気分が悪くなっている2人を差し置き、博識ニキはこの仮説の問題点について尋ねた。
「ああ、その通りである」
『その心は?』
「やり方が迂遠すぎるな」
似非関西弁ニキの返しにヴィクトルはそう答えた。
幾ら極上の果実を手に入れられるとはいえ、手間がかかり過ぎ、何より面倒だ。
悪魔達も人間に比べれば気は長い方だが、飽きやすくこんなに長く続けられるとは思えない。
何よりこの果実を何処に売り込むというのか。
「なので吾輩としては、実験説が濃厚だと考えている」
『実験ですか…』
「何者かはキヴォトスを1つのフラスコとし、其処で行われている争いにて、生まれる何かを求めているのかも知れない」
『何かとは?』
「流石にそこまでは分からぬ。情報が足りぬからな」
ヴィクトルの言う事も最もだ。あくまでこれは仮説。そもそも何者かは居ないかも知れないのだから。
なのでこれ以上の解説は終わりだ。
『まあ、そもそもヘイローとハーモナイザー機能が一緒とは限らないしな』
『せやね〜スレ民達の皆に不安抱えさせんよう、だから3人で来よったしな』
『所詮は妄想に近いですからね』
そもそもキヴォトスに、MAGが有るのかも分からないのだ。今まで話した仮説は唯の妄想に近い。

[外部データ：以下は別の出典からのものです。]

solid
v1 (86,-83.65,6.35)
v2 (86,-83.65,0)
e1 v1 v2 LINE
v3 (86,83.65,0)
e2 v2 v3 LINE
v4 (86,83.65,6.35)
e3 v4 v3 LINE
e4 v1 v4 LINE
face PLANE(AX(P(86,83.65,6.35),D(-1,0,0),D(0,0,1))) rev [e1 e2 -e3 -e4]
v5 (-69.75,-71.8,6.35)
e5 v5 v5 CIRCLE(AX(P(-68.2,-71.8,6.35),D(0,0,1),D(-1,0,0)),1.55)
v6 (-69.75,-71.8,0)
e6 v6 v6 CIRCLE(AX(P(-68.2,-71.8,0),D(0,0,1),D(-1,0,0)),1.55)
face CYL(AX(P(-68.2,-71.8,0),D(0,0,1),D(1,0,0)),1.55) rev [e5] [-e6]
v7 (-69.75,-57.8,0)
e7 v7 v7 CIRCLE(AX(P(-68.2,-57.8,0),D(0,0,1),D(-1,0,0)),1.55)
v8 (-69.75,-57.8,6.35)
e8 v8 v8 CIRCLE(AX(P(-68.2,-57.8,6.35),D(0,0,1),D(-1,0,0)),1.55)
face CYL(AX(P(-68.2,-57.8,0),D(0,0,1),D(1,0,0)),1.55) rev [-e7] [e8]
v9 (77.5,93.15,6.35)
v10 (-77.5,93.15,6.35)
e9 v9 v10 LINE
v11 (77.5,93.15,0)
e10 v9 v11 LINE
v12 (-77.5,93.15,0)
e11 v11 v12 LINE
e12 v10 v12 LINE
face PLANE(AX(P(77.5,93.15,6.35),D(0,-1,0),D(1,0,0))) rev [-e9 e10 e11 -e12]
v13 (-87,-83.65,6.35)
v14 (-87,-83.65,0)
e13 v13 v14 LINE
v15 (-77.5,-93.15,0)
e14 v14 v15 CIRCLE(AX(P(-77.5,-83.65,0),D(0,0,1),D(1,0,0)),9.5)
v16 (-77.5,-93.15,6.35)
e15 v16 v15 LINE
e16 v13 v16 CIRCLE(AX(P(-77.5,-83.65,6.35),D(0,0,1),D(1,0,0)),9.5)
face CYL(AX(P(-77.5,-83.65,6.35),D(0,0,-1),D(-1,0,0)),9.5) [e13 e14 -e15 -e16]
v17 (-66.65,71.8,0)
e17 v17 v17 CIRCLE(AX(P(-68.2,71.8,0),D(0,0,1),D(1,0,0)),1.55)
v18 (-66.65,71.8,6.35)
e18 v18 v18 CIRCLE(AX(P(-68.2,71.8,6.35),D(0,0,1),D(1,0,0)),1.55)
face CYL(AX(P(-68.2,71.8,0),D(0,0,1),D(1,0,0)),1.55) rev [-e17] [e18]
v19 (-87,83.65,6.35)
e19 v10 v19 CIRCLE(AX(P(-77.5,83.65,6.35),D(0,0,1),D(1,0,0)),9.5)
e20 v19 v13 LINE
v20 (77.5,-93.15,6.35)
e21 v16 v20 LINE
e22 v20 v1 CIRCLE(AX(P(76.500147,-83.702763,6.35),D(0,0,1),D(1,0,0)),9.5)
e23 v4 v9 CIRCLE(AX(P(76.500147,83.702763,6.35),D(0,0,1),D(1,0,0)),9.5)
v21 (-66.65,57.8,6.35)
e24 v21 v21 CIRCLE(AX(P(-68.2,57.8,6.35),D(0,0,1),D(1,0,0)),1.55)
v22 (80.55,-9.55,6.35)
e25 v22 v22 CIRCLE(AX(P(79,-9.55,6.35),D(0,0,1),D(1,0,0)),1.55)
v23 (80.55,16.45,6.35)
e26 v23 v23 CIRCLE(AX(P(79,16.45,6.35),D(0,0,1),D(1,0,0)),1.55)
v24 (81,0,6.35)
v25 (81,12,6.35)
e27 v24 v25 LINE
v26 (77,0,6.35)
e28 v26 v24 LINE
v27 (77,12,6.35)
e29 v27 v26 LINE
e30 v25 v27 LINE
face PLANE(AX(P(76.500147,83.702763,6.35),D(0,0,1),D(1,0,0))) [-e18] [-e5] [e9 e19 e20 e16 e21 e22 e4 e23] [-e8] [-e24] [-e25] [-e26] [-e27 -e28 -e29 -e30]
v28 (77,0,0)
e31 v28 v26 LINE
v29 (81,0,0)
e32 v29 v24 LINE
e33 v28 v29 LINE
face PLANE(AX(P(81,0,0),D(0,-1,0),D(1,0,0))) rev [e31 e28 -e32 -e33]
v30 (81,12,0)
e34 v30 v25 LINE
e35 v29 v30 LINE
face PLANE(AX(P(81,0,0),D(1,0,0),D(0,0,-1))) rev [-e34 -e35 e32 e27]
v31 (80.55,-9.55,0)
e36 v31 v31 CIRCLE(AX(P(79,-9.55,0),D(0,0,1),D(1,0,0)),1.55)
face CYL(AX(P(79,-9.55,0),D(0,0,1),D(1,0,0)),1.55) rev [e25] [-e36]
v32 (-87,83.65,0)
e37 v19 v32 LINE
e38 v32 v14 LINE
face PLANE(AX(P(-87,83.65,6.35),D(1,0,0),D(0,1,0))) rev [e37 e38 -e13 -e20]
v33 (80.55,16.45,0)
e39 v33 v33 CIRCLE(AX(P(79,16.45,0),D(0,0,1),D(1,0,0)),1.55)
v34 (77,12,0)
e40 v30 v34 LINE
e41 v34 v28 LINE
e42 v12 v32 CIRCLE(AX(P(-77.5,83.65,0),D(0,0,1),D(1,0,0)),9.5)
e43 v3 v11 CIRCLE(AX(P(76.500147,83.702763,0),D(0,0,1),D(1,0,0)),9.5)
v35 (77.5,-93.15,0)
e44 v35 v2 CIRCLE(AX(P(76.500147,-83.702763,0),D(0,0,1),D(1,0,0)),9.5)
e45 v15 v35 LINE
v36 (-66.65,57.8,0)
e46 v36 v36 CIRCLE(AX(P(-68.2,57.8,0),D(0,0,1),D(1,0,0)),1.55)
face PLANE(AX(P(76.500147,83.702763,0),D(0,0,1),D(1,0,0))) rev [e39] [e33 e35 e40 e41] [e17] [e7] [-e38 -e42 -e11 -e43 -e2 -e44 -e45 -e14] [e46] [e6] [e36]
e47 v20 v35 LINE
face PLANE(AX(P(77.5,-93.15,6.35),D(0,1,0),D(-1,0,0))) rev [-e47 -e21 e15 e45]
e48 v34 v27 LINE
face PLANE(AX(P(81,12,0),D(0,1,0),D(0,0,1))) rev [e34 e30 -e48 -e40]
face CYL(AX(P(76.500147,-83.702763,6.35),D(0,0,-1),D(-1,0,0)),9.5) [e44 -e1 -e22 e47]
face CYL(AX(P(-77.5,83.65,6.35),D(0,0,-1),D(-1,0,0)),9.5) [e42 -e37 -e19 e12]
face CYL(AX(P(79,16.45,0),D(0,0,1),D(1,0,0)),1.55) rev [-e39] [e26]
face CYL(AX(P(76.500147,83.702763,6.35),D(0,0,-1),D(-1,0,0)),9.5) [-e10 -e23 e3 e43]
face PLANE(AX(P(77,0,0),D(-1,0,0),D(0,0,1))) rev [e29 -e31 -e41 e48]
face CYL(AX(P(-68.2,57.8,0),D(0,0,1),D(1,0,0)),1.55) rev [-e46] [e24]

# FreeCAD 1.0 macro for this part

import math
import FreeCAD as App
import Part
import Sketcher

V = App.Vector
Q = App.Units.Quantity


def add_polygon(sketch, points):
    """Adds a closed chain of lines whose ends are joined by coincident constraints."""
    first, n = sketch.GeometryCount, len(points)
    for a, b in zip(points, points[1:] + points[:1]):
        sketch.addGeometry(Part.LineSegment(App.Vector(*a, 0), App.Vector(*b, 0)), False)
    for i in range(n):
        sketch.addConstraint(Sketcher.Constraint("Coincident", first + i, 2, first + (i + 1) % n, 1))

doc = App.newDocument("Part")
params = doc.addObject("Spreadsheet::Sheet", "Params")
for row, (alias, value) in enumerate([
    ("sketch1_radius", "9.5 mm"),
    ("sketch1_width", "155 mm"),
    ("sketch1_height", "167.3 mm"),
    ("pad1_length", "6.35 mm"),
    ("sketch2_width", "4 mm"),
    ("sketch2_height", "12 mm"),
    ("pocket1_length", "6.35 mm"),
    ("sketch3_diameter", "3.1 mm"),
    ("sketch4_diameter", "3.1 mm"),
], start=1):
    params.set(f"A{row}", alias)
    params.set(f"B{row}", "=" + value)
    params.setAlias(f"B{row}", alias)

body = doc.addObject("PartDesign::Body", "Body")

# Sketch on XY plane
sketch1 = doc.addObject("Sketcher::SketchObject", "Sketch")
body.addObject(sketch1)
sketch1.AttachmentSupport = (doc.XY_Plane, [""])
sketch1.MapMode = "FlatFace"
sketch1.addGeometry([
    Part.LineSegment(V(77.5, 93.15, 0), V(-77.5, 93.15, 0)),  # 0
    Part.ArcOfCircle(Part.Circle(V(-77.5, 83.65, 0), V(0, 0, 1), 9.5), math.radians(90), math.radians(180)),  # 1
    Part.LineSegment(V(-87, 83.65, 0), V(-87, -83.65, 0)),  # 2
    Part.ArcOfCircle(Part.Circle(V(-77.5, -83.65, 0), V(0, 0, 1), 9.5), math.radians(-180), math.radians(-90)),  # 3
    Part.LineSegment(V(-77.5, -93.15, 0), V(77.5, -93.15, 0)),  # 4
    Part.ArcOfCircle(Part.Circle(V(76.500147, -83.702763, 0), V(0, 0, 1), 9.5), math.radians(-83.95856), math.radians(0.31822)),  # 5
    Part.LineSegment(V(86, -83.65, 0), V(86, 83.65, 0)),  # 6
    Part.ArcOfCircle(Part.Circle(V(76.500147, 83.702763, 0), V(0, 0, 1), 9.5), math.radians(-0.31822), math.radians(83.95856)),  # 7
], False)
sketch1.addConstraint([
    Sketcher.Constraint("Tangent", 0, 2, 1, 1),
    Sketcher.Constraint("Tangent", 1, 2, 2, 1),
    Sketcher.Constraint("Tangent", 2, 2, 3, 1),
    Sketcher.Constraint("Tangent", 3, 2, 4, 1),
    Sketcher.Constraint("Coincident", 4, 2, 5, 1),
    Sketcher.Constraint("Coincident", 5, 2, 6, 1),
    Sketcher.Constraint("Coincident", 6, 2, 7, 1),
    Sketcher.Constraint("Coincident", 7, 2, 0, 1),
    Sketcher.Constraint("Horizontal", 0),
    Sketcher.Constraint("Vertical", 2),
    Sketcher.Constraint("Horizontal", 4),
    Sketcher.Constraint("Vertical", 6),
    Sketcher.Constraint("Equal", 1, 3),
    Sketcher.Constraint("Equal", 3, 5),
    Sketcher.Constraint("Equal", 5, 7),
    Sketcher.Constraint("Symmetric", 0, 2, 4, 2, -1, 1),
    Sketcher.Constraint("Symmetric", 5, 3, 7, 3, -1),
    Sketcher.Constraint("Horizontal", 2, 2, 5, 2),
    Sketcher.Constraint("Radius", 1, Q("9.5 mm")),
    Sketcher.Constraint("DistanceX", 0, 2, 0, 1, Q("155 mm")),
    Sketcher.Constraint("DistanceY", 2, 2, 2, 1, Q("167.3 mm")),
    Sketcher.Constraint("DistanceX", -1, 1, 5, 2, Q("86 mm")),
])
sketch1.setExpression("Constraints[18]", "Params.sketch1_radius")
sketch1.setExpression("Constraints[19]", "Params.sketch1_width")
sketch1.setExpression("Constraints[20]", "Params.sketch1_height")
pad1 = doc.addObject("PartDesign::Pad", "Pad")
body.addObject(pad1)
pad1.Profile = sketch1
pad1.setExpression("Length", "Params.pad1_length")

# Sketch on XY plane
sketch2 = doc.addObject("Sketcher::SketchObject", "Sketch001")
body.addObject(sketch2)
sketch2.AttachmentSupport = (doc.XY_Plane, [""])
sketch2.MapMode = "FlatFace"
sketch2.AttachmentOffset = App.Placement(V(0, 0, 6.35), App.Rotation())
add_polygon(sketch2, [(77, 12), (77, 0), (81, 0), (81, 12)])  # lines 0-3
sketch2.addConstraint([
    Sketcher.Constraint("Vertical", 0),
    Sketcher.Constraint("Horizontal", 1),
    Sketcher.Constraint("Vertical", 2),
    Sketcher.Constraint("Horizontal", 3),
    Sketcher.Constraint("PointOnObject", 0, 2, -1),
    Sketcher.Constraint("DistanceX", 1, 1, 1, 2, Q("4 mm")),
    Sketcher.Constraint("DistanceY", 0, 2, 0, 1, Q("12 mm")),
    Sketcher.Constraint("DistanceX", -1, 1, 0, 2, Q("77 mm")),
])
sketch2.setExpression("Constraints[9]", "Params.sketch2_width")
sketch2.setExpression("Constraints[10]", "Params.sketch2_height")
pocket1 = doc.addObject("PartDesign::Pocket", "Pocket")
body.addObject(pocket1)
pocket1.Profile = sketch2
pocket1.setExpression("Length", "Params.pocket1_length")

# Sketch on XY plane
sketch3 = doc.addObject("Sketcher::SketchObject", "Sketch002")
body.addObject(sketch3)
sketch3.AttachmentSupport = (doc.XY_Plane, [""])
sketch3.MapMode = "FlatFace"
sketch3.AttachmentOffset = App.Placement(V(0, 0, 6.35), App.Rotation())
sketch3.addGeometry([
    Part.Circle(V(-68.2, 71.8, 0), V(0, 0, 1), 1.6),
    Part.Circle(V(-68.2, 57.8, 0), V(0, 0, 1), 1.6),
    Part.Circle(V(-68.2, -57.8, 0), V(0, 0, 1), 1.6),
    Part.Circle(V(-68.2, -71.8, 0), V(0, 0, 1), 1.6),
], False)
sketch3.addConstraint([
    Sketcher.Constraint("Equal", 0, 1),
    Sketcher.Constraint("Equal", 1, 2),
    Sketcher.Constraint("Equal", 2, 3),
    Sketcher.Constraint("Symmetric", 1, 3, 2, 3, -1),
    Sketcher.Constraint("Symmetric", 0, 3, 3, 3, -1),
    Sketcher.Constraint("Vertical", 0, 3, 1, 3),
    Sketcher.Constraint("Diameter", 0, Q("3.1 mm")),
    Sketcher.Constraint("DistanceY", 1, 3, 0, 3, Q("14 mm")),
    Sketcher.Constraint("DistanceX", 0, 3, -1, 1, Q("68.2 mm")),
    Sketcher.Constraint("DistanceY", -1, 1, 0, 3, Q("71.8 mm")),
])
sketch3.setExpression("Constraints[6]", "Params.sketch3_diameter")
pocket2 = doc.addObject("PartDesign::Pocket", "Pocket001")
body.addObject(pocket2)
pocket2.Profile = sketch3
pocket2.Type = "ThroughAll"

# Sketch on XY plane
sketch4 = doc.addObject("Sketcher::SketchObject", "Sketch003")
body.addObject(sketch4)
sketch4.AttachmentSupport = (doc.XY_Plane, [""])
sketch4.MapMode = "FlatFace"
sketch4.AttachmentOffset = App.Placement(V(0, 0, 6.35), App.Rotation())
sketch4.addGeometry([
    Part.Circle(V(79, 16.4, 0), V(0, 0, 1), 1.6),
    Part.Circle(V(79, -9.6, 0), V(0, 0, 1), 1.6),
], False)
sketch4.addConstraint([
    Sketcher.Constraint("Equal", 0, 1),
    Sketcher.Constraint("Vertical", 0, 3, 1, 3),
    Sketcher.Constraint("Diameter", 0, Q("3.1 mm")),
    Sketcher.Constraint("DistanceX", -1, 1, 0, 3, Q("79 mm")),
    Sketcher.Constraint("DistanceY", 1, 3, 0, 3, Q("26 mm")),
    Sketcher.Constraint("DistanceY", -1, 1, 0, 3, Q("16.45 mm")),
])
sketch4.setExpression("Constraints[2]", "Params.sketch4_diameter")
pocket3 = doc.addObject("PartDesign::Pocket", "Pocket002")
body.addObject(pocket3)
pocket3.Profile = sketch4
pocket3.Type = "ThroughAll"

doc.recompute()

しかし、ヴィクトルはこの仮説が気分転換になったのか上機嫌だ。
『先生には話すん?』
『ヘイローに似てる技術が有る位は、話しても良いだろう』
『そこら辺が妥当ですね』
妄想に近い話を言っても困惑させるだけだろう。なのでハーモナイザー機能だけを話す事にした。
『じゃあおおきにな!ヴィクトルはん!』
『有難う御座いました』
『また、機会があれば…』
「ああ、貴殿等のもたらす情報は興味深い。何時でも歓迎しよう」
そして、ヴィクトルとの通話を切った3人。ブルアカ世界はまだまだ謎に包まれているが、それは先生に任せよう。
そう思った3人であった。
ヘイローとハーモナイザー
非常に酷似しているが詳細は不明
博識ニキ
ハーモナイザーとなんか似てね?とまとめニキと似非関西弁ニキと協力してヴィクトルに調査を依頼した。
ヴィクトル
スレ民達からの情報で研究が捗る。なので最近は常に上機嫌。
生徒達
本当は睡眠は必要ないのではと考えた。あれはあくまでMAGを使う状態を軽減する為の行動だと。力に個人差があるのはMAGの生成率が人に寄り異なるから。親が居ないのは全員作られたからと解釈した。
実験説の補足
この説の時の卒業は何処かにエネルギーを溜める為の行為と解釈している。もしくはヘイローの稼働限界がこの年までとも。
先生
卒業について聞いたがお茶を濁した。余り話したくはない内容のようだ。ちなみに研究資料の為、キヴォトスの写真や動画を撮ってもらった。
何者か
居るかも知れないし、居ないかも知れない。